** Task item **
For the records below, print the lines from the line with "#162=EDGE_CURVE('',#138,#157,#161,.T.);" through the line with "#177=ORIENTED_EDGE('',*,*,#176,.F.);" exactly as written; include both end lines and exclude the rest.

** The data **
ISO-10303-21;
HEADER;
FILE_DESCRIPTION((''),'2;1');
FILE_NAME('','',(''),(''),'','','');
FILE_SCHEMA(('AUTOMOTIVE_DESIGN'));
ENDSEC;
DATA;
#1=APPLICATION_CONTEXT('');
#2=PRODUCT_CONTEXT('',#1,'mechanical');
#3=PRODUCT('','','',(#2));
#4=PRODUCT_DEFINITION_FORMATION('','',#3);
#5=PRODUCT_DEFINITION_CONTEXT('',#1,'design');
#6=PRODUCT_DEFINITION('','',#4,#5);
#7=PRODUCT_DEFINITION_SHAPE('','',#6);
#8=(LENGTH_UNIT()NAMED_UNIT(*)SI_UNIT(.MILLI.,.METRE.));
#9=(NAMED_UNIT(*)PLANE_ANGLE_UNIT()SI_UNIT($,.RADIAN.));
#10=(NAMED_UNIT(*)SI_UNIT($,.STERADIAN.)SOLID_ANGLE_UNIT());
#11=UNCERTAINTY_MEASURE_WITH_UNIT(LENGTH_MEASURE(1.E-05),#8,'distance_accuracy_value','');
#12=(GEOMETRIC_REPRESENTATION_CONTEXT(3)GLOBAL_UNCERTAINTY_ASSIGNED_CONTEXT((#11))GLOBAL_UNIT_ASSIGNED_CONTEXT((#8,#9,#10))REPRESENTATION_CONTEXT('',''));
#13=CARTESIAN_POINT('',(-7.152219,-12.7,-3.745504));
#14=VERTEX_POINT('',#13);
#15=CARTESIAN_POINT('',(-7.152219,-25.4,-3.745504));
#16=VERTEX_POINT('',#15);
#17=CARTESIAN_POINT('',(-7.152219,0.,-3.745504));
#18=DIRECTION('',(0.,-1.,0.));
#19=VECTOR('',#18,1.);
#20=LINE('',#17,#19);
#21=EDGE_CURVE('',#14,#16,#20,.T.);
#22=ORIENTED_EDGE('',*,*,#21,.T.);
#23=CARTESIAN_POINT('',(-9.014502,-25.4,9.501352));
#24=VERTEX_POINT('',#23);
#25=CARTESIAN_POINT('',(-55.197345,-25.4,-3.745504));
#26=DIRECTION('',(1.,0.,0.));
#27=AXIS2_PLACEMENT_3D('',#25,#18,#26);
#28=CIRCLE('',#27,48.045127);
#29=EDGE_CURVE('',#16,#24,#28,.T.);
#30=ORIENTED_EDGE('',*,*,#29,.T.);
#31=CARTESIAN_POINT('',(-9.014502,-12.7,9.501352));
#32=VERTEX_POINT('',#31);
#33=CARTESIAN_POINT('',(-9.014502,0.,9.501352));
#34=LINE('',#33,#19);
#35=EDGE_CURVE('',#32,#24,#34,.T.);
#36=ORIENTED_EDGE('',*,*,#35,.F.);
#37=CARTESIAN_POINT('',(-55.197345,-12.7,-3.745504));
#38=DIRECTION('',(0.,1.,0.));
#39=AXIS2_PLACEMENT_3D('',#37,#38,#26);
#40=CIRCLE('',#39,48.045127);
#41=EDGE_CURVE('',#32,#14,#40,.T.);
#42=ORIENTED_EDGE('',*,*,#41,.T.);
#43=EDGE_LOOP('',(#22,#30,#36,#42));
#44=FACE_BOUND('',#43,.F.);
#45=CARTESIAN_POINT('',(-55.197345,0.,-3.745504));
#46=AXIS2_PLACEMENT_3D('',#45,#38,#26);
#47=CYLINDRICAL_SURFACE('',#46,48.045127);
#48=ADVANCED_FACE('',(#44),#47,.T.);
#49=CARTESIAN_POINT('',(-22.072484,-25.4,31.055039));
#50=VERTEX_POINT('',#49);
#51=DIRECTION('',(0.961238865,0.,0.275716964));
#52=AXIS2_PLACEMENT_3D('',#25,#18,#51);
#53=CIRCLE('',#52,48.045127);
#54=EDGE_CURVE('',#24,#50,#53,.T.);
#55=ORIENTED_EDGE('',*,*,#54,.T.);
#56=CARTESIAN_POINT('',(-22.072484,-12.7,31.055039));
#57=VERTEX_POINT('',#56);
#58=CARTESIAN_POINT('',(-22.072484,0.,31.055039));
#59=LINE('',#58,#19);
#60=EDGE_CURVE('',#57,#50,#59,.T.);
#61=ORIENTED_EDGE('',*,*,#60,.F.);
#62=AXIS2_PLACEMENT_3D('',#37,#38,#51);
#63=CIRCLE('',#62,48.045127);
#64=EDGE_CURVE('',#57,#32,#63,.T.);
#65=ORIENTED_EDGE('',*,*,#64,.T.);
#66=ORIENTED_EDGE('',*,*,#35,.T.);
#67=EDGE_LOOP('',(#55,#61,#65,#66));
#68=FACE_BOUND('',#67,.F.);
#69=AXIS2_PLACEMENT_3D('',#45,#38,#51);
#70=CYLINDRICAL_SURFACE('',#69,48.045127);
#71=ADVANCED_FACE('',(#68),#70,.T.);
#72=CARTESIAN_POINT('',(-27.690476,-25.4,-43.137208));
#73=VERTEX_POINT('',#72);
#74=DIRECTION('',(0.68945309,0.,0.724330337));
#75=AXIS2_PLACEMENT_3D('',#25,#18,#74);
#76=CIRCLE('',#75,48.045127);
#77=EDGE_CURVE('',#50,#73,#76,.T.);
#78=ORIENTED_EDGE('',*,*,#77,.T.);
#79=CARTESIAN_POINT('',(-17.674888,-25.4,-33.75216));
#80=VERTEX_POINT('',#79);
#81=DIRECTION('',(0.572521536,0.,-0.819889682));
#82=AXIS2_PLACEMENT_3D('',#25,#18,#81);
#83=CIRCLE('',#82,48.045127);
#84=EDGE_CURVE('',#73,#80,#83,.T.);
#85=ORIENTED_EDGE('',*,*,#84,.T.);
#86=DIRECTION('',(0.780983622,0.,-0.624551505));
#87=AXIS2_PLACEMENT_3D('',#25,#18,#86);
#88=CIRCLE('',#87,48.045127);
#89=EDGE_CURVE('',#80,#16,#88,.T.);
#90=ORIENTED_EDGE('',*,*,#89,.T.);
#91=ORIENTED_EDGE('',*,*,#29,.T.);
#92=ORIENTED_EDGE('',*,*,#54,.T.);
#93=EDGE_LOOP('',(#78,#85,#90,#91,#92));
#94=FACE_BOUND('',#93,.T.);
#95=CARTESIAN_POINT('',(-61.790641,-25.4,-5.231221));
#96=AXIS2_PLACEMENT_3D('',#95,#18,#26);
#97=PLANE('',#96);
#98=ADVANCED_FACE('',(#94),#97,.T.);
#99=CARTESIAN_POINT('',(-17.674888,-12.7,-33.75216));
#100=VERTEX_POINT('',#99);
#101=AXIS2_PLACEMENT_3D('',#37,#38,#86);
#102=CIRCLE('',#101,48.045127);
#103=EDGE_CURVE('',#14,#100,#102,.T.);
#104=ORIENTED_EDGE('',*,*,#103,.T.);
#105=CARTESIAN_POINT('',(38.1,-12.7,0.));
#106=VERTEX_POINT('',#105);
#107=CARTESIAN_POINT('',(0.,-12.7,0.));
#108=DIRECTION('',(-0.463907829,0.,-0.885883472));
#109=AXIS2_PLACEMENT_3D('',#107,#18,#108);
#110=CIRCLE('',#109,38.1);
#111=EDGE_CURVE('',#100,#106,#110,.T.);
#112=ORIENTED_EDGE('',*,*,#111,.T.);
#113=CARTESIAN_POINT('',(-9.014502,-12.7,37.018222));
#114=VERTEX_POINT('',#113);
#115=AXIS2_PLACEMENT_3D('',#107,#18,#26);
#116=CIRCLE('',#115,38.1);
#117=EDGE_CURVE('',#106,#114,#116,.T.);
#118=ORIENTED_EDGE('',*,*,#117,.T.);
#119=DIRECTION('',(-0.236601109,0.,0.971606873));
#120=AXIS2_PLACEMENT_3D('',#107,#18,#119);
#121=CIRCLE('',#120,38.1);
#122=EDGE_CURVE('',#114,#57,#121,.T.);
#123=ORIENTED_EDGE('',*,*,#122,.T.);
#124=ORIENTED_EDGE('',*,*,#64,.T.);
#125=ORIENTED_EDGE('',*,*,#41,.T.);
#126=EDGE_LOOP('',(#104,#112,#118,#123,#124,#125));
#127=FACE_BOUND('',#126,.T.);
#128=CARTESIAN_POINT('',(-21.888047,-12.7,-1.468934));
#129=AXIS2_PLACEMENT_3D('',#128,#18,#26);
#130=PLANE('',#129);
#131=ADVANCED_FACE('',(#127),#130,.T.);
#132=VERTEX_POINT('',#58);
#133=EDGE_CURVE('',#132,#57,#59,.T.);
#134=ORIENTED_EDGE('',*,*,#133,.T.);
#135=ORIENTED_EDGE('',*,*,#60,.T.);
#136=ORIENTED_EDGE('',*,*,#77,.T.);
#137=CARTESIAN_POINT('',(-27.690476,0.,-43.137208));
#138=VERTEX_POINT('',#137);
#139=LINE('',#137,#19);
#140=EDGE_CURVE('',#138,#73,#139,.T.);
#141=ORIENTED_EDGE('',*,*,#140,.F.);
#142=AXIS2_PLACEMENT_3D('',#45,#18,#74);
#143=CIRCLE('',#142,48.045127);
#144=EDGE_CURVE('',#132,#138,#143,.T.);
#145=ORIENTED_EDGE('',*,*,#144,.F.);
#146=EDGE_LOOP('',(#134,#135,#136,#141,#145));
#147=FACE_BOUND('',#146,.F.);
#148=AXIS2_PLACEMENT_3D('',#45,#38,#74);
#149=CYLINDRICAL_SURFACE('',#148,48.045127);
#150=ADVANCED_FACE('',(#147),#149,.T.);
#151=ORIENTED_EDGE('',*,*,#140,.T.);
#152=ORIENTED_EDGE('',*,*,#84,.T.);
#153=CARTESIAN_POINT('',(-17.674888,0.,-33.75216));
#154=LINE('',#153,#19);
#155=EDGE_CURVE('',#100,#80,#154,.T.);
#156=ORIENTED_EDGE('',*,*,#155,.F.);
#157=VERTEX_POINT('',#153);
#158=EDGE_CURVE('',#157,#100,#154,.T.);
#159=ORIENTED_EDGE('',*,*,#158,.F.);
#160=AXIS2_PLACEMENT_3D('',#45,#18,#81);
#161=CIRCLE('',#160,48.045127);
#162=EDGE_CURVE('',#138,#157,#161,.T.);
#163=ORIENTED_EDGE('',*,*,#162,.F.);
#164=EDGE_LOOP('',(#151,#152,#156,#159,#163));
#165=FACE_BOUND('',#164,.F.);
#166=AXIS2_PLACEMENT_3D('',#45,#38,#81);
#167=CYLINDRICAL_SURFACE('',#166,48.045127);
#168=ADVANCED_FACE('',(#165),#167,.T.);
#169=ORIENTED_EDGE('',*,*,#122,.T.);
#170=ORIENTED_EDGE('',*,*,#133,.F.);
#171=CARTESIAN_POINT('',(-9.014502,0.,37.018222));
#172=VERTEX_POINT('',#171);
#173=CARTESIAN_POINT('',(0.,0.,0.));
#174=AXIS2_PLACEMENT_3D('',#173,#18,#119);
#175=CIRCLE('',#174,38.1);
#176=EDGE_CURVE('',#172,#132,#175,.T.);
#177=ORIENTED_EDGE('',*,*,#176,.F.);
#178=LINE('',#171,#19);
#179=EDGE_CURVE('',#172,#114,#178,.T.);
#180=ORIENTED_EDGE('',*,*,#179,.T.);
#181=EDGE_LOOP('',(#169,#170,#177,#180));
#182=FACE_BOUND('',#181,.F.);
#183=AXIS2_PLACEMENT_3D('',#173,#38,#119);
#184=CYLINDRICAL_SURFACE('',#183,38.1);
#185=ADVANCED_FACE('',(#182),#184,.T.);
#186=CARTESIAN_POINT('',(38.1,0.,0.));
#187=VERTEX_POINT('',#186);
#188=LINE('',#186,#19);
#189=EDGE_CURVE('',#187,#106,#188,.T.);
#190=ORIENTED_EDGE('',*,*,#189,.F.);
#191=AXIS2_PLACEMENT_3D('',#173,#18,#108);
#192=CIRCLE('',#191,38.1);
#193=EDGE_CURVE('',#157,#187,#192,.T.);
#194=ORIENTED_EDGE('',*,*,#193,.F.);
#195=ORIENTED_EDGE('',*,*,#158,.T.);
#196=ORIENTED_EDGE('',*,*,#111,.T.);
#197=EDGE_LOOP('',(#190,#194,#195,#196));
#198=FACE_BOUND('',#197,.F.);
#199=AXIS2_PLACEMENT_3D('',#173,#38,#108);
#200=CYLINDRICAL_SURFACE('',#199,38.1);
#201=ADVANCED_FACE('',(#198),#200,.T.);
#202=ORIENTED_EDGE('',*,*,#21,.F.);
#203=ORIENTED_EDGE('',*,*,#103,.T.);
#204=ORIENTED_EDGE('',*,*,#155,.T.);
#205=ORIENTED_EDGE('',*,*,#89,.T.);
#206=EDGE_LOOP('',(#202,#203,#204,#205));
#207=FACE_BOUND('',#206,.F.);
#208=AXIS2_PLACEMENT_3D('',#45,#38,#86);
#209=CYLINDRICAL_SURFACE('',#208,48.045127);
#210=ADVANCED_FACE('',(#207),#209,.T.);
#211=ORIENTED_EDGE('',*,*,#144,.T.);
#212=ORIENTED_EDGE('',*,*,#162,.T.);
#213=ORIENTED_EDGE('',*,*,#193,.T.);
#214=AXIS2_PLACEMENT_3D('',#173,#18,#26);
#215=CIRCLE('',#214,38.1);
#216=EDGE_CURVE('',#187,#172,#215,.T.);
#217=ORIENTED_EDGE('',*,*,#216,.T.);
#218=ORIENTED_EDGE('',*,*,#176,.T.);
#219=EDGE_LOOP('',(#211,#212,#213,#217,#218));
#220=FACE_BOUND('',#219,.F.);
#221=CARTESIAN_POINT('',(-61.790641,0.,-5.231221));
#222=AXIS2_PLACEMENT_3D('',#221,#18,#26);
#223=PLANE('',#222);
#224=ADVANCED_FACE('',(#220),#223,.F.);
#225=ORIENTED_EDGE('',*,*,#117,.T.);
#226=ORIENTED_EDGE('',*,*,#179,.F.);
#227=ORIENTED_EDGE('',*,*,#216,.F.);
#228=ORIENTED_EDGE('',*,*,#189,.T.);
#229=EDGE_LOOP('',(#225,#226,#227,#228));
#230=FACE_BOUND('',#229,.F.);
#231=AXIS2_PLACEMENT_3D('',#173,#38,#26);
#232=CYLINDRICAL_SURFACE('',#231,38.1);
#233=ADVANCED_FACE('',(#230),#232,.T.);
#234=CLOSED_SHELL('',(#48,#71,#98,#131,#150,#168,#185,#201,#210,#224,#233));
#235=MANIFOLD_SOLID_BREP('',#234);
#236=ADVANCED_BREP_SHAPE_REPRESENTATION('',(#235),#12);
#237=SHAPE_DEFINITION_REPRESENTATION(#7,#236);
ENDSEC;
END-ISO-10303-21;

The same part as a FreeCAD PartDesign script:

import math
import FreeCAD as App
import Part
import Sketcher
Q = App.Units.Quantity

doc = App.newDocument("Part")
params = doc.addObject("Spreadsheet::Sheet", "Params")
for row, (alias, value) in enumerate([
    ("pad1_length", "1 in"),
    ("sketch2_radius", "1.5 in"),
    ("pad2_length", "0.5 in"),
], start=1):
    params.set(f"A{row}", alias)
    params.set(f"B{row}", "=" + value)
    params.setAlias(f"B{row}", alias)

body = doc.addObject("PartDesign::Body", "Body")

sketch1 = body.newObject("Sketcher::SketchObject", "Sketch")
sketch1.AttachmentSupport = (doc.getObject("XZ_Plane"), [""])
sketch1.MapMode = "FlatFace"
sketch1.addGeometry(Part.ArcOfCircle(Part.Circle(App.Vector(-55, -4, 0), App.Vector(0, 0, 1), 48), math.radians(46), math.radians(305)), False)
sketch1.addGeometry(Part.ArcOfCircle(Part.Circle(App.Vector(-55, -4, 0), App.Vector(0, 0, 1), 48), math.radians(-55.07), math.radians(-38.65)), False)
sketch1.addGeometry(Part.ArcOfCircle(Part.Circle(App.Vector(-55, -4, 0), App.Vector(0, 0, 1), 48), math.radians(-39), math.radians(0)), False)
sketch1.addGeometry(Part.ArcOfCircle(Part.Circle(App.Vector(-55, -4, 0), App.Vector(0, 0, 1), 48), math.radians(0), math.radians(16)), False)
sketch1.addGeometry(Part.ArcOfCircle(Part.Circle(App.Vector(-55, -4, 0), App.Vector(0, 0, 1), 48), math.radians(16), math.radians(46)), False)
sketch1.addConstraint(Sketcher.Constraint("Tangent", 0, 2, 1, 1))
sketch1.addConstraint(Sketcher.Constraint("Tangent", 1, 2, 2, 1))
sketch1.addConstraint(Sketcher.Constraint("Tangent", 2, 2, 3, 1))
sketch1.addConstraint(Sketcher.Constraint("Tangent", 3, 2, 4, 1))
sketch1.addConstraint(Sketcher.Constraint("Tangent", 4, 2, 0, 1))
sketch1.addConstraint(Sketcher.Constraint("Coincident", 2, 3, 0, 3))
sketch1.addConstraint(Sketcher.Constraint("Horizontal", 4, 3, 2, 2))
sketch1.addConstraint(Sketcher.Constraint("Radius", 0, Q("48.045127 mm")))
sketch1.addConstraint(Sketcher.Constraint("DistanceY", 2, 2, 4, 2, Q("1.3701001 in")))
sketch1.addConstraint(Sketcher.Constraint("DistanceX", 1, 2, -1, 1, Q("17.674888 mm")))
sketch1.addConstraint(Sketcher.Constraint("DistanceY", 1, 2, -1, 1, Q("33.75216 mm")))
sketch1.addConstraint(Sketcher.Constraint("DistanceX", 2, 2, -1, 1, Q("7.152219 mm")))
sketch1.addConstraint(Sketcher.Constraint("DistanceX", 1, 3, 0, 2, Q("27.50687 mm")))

** Output below **
#162=EDGE_CURVE('',#138,#157,#161,.T.);
#163=ORIENTED_EDGE('',*,*,#162,.F.);
#164=EDGE_LOOP('',(#151,#152,#156,#159,#163));
#165=FACE_BOUND('',#164,.F.);
#166=AXIS2_PLACEMENT_3D('',#45,#38,#81);
#167=CYLINDRICAL_SURFACE('',#166,48.045127);
#168=ADVANCED_FACE('',(#165),#167,.T.);
#169=ORIENTED_EDGE('',*,*,#122,.T.);
#170=ORIENTED_EDGE('',*,*,#133,.F.);
#171=CARTESIAN_POINT('',(-9.014502,0.,37.018222));
#172=VERTEX_POINT('',#171);
#173=CARTESIAN_POINT('',(0.,0.,0.));
#174=AXIS2_PLACEMENT_3D('',#173,#18,#119);
#175=CIRCLE('',#174,38.1);
#176=EDGE_CURVE('',#172,#132,#175,.T.);
#177=ORIENTED_EDGE('',*,*,#176,.F.);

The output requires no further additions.